Action item → Beginning with the first line of the data below, extract each line up to and including the one containing "v -45 5 -25". Copy them exactly and add nothing.
---------------
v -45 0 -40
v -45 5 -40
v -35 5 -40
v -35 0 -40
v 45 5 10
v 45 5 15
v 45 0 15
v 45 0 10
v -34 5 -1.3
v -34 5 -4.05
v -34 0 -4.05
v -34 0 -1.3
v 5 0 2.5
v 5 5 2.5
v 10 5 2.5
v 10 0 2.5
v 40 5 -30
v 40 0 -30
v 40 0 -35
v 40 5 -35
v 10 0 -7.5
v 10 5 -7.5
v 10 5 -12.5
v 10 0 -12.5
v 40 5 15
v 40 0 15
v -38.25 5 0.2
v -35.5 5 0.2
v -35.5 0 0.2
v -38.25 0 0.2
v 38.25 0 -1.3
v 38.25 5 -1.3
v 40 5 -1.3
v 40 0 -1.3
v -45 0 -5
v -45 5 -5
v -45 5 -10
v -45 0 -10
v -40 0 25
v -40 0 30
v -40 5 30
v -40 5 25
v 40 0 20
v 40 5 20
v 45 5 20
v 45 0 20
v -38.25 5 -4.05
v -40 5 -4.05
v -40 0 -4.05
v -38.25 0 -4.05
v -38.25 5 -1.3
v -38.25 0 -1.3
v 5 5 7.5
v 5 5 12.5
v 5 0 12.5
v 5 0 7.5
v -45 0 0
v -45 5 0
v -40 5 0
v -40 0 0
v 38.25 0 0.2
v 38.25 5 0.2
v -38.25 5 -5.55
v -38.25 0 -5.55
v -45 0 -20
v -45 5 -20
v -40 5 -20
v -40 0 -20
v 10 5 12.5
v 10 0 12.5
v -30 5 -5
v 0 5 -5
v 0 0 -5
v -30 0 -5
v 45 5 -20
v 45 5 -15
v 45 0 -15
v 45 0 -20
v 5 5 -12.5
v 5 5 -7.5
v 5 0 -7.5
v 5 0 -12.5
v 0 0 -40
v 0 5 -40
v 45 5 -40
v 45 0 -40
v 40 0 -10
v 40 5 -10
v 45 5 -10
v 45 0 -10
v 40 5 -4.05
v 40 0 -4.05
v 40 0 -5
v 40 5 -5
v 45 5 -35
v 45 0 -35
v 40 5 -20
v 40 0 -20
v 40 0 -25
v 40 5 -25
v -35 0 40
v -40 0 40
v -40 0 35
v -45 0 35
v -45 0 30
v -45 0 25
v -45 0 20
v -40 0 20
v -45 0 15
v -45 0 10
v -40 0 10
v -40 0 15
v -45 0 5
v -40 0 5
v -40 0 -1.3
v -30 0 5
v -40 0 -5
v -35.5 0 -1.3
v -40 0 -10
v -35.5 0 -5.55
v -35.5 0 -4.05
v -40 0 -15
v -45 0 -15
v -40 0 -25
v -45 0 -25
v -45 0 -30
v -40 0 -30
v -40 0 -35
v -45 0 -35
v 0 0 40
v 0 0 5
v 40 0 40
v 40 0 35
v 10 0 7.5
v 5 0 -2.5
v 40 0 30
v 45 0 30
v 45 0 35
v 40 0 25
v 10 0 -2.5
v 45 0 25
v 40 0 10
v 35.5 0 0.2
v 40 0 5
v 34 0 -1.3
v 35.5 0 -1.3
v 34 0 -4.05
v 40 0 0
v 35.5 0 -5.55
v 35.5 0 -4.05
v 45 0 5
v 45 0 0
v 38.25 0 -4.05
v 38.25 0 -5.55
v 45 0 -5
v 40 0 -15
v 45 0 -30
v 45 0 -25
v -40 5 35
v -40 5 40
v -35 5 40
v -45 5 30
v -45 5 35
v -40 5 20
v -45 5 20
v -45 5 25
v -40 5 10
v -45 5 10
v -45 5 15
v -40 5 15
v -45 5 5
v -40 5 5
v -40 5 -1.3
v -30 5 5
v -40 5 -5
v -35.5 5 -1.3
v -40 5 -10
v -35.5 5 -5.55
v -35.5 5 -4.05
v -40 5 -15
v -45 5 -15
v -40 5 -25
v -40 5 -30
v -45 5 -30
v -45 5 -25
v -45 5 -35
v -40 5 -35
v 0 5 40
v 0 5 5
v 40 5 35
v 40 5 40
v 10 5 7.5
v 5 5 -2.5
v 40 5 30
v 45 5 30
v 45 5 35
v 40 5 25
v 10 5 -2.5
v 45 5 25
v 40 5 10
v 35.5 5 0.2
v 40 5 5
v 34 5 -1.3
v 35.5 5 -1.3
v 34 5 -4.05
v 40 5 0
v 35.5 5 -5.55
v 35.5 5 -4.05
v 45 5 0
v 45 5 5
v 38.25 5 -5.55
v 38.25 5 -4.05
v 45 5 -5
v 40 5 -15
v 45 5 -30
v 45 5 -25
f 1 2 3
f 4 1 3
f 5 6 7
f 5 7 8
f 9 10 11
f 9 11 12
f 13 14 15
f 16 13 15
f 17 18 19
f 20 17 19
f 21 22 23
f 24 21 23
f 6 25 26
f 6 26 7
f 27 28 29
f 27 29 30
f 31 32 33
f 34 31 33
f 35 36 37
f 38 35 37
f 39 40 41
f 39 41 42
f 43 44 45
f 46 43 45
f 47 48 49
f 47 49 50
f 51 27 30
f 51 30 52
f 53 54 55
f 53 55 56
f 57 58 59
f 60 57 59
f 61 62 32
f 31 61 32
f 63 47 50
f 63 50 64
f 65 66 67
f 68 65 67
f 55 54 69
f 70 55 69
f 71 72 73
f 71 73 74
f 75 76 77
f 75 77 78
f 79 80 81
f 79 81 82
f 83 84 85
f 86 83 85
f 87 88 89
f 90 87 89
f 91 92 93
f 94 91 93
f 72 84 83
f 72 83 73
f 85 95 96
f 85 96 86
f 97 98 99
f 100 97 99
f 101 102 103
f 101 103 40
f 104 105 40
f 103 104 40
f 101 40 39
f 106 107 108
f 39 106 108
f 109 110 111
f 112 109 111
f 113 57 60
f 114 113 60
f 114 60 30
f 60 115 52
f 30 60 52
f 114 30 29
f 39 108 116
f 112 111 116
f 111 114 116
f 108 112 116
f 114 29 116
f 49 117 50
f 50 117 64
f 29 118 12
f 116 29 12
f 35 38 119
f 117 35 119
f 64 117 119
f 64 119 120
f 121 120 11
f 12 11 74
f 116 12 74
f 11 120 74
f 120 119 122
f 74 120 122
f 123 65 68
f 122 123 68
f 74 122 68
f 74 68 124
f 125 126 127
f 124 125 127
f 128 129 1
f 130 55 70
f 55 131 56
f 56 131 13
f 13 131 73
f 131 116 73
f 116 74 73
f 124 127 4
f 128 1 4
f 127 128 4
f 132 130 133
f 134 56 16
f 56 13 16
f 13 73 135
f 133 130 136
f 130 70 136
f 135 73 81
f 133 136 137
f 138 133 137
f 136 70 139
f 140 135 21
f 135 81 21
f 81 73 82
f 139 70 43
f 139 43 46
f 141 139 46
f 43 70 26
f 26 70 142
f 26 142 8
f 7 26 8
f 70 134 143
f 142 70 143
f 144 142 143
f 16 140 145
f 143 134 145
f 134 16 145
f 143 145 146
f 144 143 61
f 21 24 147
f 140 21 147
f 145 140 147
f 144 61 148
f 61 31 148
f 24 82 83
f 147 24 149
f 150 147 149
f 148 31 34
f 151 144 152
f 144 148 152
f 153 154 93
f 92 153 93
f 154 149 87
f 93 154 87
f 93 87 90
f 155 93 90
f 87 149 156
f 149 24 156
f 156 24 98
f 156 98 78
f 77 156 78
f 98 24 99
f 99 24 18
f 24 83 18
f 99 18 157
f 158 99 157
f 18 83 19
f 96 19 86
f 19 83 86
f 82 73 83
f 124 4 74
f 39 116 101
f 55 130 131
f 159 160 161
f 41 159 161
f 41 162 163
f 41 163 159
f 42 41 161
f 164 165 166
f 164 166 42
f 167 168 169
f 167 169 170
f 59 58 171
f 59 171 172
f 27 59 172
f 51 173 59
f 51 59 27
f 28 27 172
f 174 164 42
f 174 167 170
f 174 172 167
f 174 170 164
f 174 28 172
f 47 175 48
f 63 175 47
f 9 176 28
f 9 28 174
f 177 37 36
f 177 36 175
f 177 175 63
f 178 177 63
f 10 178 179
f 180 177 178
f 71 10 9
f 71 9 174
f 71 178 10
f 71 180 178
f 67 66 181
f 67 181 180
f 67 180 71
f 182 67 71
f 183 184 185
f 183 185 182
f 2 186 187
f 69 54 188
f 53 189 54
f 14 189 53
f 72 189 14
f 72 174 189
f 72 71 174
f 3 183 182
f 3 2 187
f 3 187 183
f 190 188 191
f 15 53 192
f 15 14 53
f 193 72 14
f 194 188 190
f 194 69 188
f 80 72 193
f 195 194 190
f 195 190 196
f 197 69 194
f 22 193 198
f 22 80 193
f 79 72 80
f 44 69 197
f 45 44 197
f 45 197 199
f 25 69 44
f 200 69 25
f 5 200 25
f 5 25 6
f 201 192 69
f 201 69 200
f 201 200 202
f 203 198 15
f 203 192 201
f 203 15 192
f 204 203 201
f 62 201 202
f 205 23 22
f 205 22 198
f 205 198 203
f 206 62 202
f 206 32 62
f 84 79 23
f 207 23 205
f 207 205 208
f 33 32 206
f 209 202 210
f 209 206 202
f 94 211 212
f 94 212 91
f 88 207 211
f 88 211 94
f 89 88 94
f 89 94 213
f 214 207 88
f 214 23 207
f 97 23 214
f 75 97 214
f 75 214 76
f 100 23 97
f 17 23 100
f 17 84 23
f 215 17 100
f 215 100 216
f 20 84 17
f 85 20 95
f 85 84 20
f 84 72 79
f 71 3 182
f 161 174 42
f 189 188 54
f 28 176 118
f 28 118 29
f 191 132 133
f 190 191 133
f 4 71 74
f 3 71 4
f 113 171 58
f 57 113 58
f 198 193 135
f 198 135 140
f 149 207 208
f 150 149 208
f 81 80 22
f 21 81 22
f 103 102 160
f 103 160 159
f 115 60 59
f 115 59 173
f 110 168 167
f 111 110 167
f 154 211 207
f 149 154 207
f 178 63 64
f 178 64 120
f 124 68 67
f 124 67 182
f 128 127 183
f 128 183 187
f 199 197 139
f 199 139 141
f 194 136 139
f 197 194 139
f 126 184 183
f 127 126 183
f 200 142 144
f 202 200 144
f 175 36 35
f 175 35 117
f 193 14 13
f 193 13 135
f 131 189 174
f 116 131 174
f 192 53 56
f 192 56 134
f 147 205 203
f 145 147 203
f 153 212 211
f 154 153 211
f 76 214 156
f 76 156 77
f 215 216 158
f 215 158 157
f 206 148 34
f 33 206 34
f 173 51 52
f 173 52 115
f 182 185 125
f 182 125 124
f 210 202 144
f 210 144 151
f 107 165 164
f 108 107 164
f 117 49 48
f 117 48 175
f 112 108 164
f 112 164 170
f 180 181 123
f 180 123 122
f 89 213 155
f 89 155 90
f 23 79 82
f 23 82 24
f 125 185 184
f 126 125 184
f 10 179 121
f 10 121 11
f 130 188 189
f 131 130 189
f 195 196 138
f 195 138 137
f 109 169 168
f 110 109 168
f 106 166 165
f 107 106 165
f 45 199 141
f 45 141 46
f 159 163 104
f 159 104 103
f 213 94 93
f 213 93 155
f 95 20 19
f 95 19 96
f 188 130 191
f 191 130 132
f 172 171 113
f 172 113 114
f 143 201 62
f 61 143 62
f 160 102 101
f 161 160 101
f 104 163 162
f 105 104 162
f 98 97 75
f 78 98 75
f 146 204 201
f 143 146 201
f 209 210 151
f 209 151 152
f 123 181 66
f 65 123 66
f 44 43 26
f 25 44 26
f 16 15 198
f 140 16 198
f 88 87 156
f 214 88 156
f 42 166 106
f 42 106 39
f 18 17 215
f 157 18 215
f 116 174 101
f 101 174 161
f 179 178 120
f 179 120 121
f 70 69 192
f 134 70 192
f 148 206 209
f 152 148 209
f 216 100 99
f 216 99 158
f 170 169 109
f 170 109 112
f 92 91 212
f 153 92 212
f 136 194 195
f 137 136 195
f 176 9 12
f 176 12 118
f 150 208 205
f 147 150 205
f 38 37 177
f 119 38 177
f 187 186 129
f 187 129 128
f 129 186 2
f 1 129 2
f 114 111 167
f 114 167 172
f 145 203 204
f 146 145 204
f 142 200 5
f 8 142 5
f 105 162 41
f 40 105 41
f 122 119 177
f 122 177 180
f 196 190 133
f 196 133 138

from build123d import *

# Parameters (mm, degrees)
ESQUISSE1_W                     = 80
ESQUISSE1_H                     = 80
BOSS_EXTRU_1_DEPTH              = 5
ESQUISSE2_W                     = 5
ESQUISSE2_H                     = 5
BOSS_EXTRU_2_DEPTH              = 5
R_P_TITION_LIN_AIRE1_COUNT      = 2
R_P_TITION_LIN_AIRE1_PITCH      = 85
R_P_TITION_LIN_AIRE1_COUNT_DIR2 = 8
R_P_TITION_LIN_AIRE1_PITCH_DIR2 = 10
ENL_V_MAT_EXTRU_1_DEPTH         = 10
ESQUISSE9_W                     = 5
ESQUISSE9_H                     = 5
ENL_V_MAT_EXTRU_6_DEPTH         = 10
R_P_TITION_LIN_AIRE4_COUNT      = 2
R_P_TITION_LIN_AIRE4_PITCH      = 10
R_P_TITION_LIN_AIRE4_COL_COUNT  = 2
R_P_TITION_LIN_AIRE4_COL_PITCH  = 10
ENL_V_MAT_EXTRU_7_DEPTH         = 10


with BuildPart() as part:
    # Esquisse1 → Boss.-Extru.1 (new body)
    with BuildSketch(Plane(origin=(0, 0, 0), x_dir=(1, 0, 0), z_dir=(0, 1, 0))):
        Rectangle(ESQUISSE1_W, ESQUISSE1_H)
    extrude(amount=BOSS_EXTRU_1_DEPTH)

    # Esquisse2 → Boss.-Extru.2 (add)
    with BuildSketch(Plane(origin=(0, 5, 0), x_dir=(1, 0, 0), z_dir=(0, 1, 0))):
        with Locations((-42.5, 37.5)):
            Rectangle(ESQUISSE2_W, ESQUISSE2_H)
    boss_extru_2 = extrude(amount=-BOSS_EXTRU_2_DEPTH)

    # Répétition linéaire1: Boss.-Extru.2 2 × 8
    with Locations(*[(i * R_P_TITION_LIN_AIRE1_PITCH, 0, j * R_P_TITION_LIN_AIRE1_PITCH_DIR2) for i in range(R_P_TITION_LIN_AIRE1_COUNT) for j in range(R_P_TITION_LIN_AIRE1_COUNT_DIR2) if (i, j) != (0, 0)]):
        add(boss_extru_2)

    # Esquisse3 → Enlèv. mat.-Extru.1 (cut)
    with BuildSketch(Plane(origin=(0, 5, 0), x_dir=(1, 0, 0), z_dir=(0, 1, 0))):
        Polygon((40, 4.05), (38.25, 4.05), (38.25, 5.55), (35.5, 5.55), (35.5, 4.05), (34, 4.05), (34, 1.3), (35.5, 1.3), (35.5, -0.2), (38.25, -0.2), (38.25, 1.3), (40, 1.3), align=None)
    enl_v_mat_extru_1 = extrude(amount=-ENL_V_MAT_EXTRU_1_DEPTH, mode=Mode.SUBTRACT)

    # Esquisse9 → Enlèv. mat.-Extru.6 (cut)
    with BuildSketch(Plane(origin=(0, 5, 0), x_dir=(1, 0, 0), z_dir=(0, 1, 0))):
        with Locations((7.5, 0)):
            Rectangle(ESQUISSE9_W, ESQUISSE9_H)
    enl_v_mat_extru_6 = extrude(amount=-ENL_V_MAT_EXTRU_6_DEPTH, mode=Mode.SUBTRACT)

    # Répétition linéaire4: Enlèv. mat.-Extru.6 ×2
    with Locations(*[(0, 0, -i * R_P_TITION_LIN_AIRE4_PITCH) for i in range(1, R_P_TITION_LIN_AIRE4_COUNT)]):
        add(enl_v_mat_extru_6, mode=Mode.SUBTRACT)

    # Répétition linéaire4 col: Enlèv. mat.-Extru.6 ×2
    with Locations(*[(0, 0, i * R_P_TITION_LIN_AIRE4_COL_PITCH) for i in range(1, R_P_TITION_LIN_AIRE4_COL_COUNT)]):
        add(enl_v_mat_extru_6, mode=Mode.SUBTRACT)

    # Symétrie3: Enlèv. mat.-Extru.1 across plane
    add(enl_v_mat_extru_1.mirror(Plane(origin=(0, 0, 0), x_dir=(0, 0, 1), z_dir=(1, 0, 0))), mode=Mode.SUBTRACT)

    # Esquisse7 → Enlèv. mat.-Extru.7 (cut)
    with BuildSketch(Plane(origin=(0, 5, 0), x_dir=(1, 0, 0), z_dir=(0, 1, 0))):
        Polygon((-35, 40), (0, 40), (0, 5), (-30, 5), align=None)
        Polygon((-35, -40), (0, -40), (0, -5), (-30, -5), align=None)
    extrude(amount=-ENL_V_MAT_EXTRU_7_DEPTH, mode=Mode.SUBTRACT)


solid = part.part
---------------
Output →
v -45 0 -40
v -45 5 -40
v -35 5 -40
v -35 0 -40
v 45 5 10
v 45 5 15
v 45 0 15
v 45 0 10
v -34 5 -1.3
v -34 5 -4.05
v -34 0 -4.05
v -34 0 -1.3
v 5 0 2.5
v 5 5 2.5
v 10 5 2.5
v 10 0 2.5
v 40 5 -30
v 40 0 -30
v 40 0 -35
v 40 5 -35
v 10 0 -7.5
v 10 5 -7.5
v 10 5 -12.5
v 10 0 -12.5
v 40 5 15
v 40 0 15
v -38.25 5 0.2
v -35.5 5 0.2
v -35.5 0 0.2
v -38.25 0 0.2
v 38.25 0 -1.3
v 38.25 5 -1.3
v 40 5 -1.3
v 40 0 -1.3
v -45 0 -5
v -45 5 -5
v -45 5 -10
v -45 0 -10
v -40 0 25
v -40 0 30
v -40 5 30
v -40 5 25
v 40 0 20
v 40 5 20
v 45 5 20
v 45 0 20
v -38.25 5 -4.05
v -40 5 -4.05
v -40 0 -4.05
v -38.25 0 -4.05
v -38.25 5 -1.3
v -38.25 0 -1.3
v 5 5 7.5
v 5 5 12.5
v 5 0 12.5
v 5 0 7.5
v -45 0 0
v -45 5 0
v -40 5 0
v -40 0 0
v 38.25 0 0.2
v 38.25 5 0.2
v -38.25 5 -5.55
v -38.25 0 -5.55
v -45 0 -20
v -45 5 -20
v -40 5 -20
v -40 0 -20
v 10 5 12.5
v 10 0 12.5
v -30 5 -5
v 0 5 -5
v 0 0 -5
v -30 0 -5
v 45 5 -20
v 45 5 -15
v 45 0 -15
v 45 0 -20
v 5 5 -12.5
v 5 5 -7.5
v 5 0 -7.5
v 5 0 -12.5
v 0 0 -40
v 0 5 -40
v 45 5 -40
v 45 0 -40
v 40 0 -10
v 40 5 -10
v 45 5 -10
v 45 0 -10
v 40 5 -4.05
v 40 0 -4.05
v 40 0 -5
v 40 5 -5
v 45 5 -35
v 45 0 -35
v 40 5 -20
v 40 0 -20
v 40 0 -25
v 40 5 -25
v -35 0 40
v -40 0 40
v -40 0 35
v -45 0 35
v -45 0 30
v -45 0 25
v -45 0 20
v -40 0 20
v -45 0 15
v -45 0 10
v -40 0 10
v -40 0 15
v -45 0 5
v -40 0 5
v -40 0 -1.3
v -30 0 5
v -40 0 -5
v -35.5 0 -1.3
v -40 0 -10
v -35.5 0 -5.55
v -35.5 0 -4.05
v -40 0 -15
v -45 0 -15
v -40 0 -25
v -45 0 -25
v -45 0 -30
v -40 0 -30
v -40 0 -35
v -45 0 -35
v 0 0 40
v 0 0 5
v 40 0 40
v 40 0 35
v 10 0 7.5
v 5 0 -2.5
v 40 0 30
v 45 0 30
v 45 0 35
v 40 0 25
v 10 0 -2.5
v 45 0 25
v 40 0 10
v 35.5 0 0.2
v 40 0 5
v 34 0 -1.3
v 35.5 0 -1.3
v 34 0 -4.05
v 40 0 0
v 35.5 0 -5.55
v 35.5 0 -4.05
v 45 0 5
v 45 0 0
v 38.25 0 -4.05
v 38.25 0 -5.55
v 45 0 -5
v 40 0 -15
v 45 0 -30
v 45 0 -25
v -40 5 35
v -40 5 40
v -35 5 40
v -45 5 30
v -45 5 35
v -40 5 20
v -45 5 20
v -45 5 25
v -40 5 10
v -45 5 10
v -45 5 15
v -40 5 15
v -45 5 5
v -40 5 5
v -40 5 -1.3
v -30 5 5
v -40 5 -5
v -35.5 5 -1.3
v -40 5 -10
v -35.5 5 -5.55
v -35.5 5 -4.05
v -40 5 -15
v -45 5 -15
v -40 5 -25
v -40 5 -30
v -45 5 -30
v -45 5 -25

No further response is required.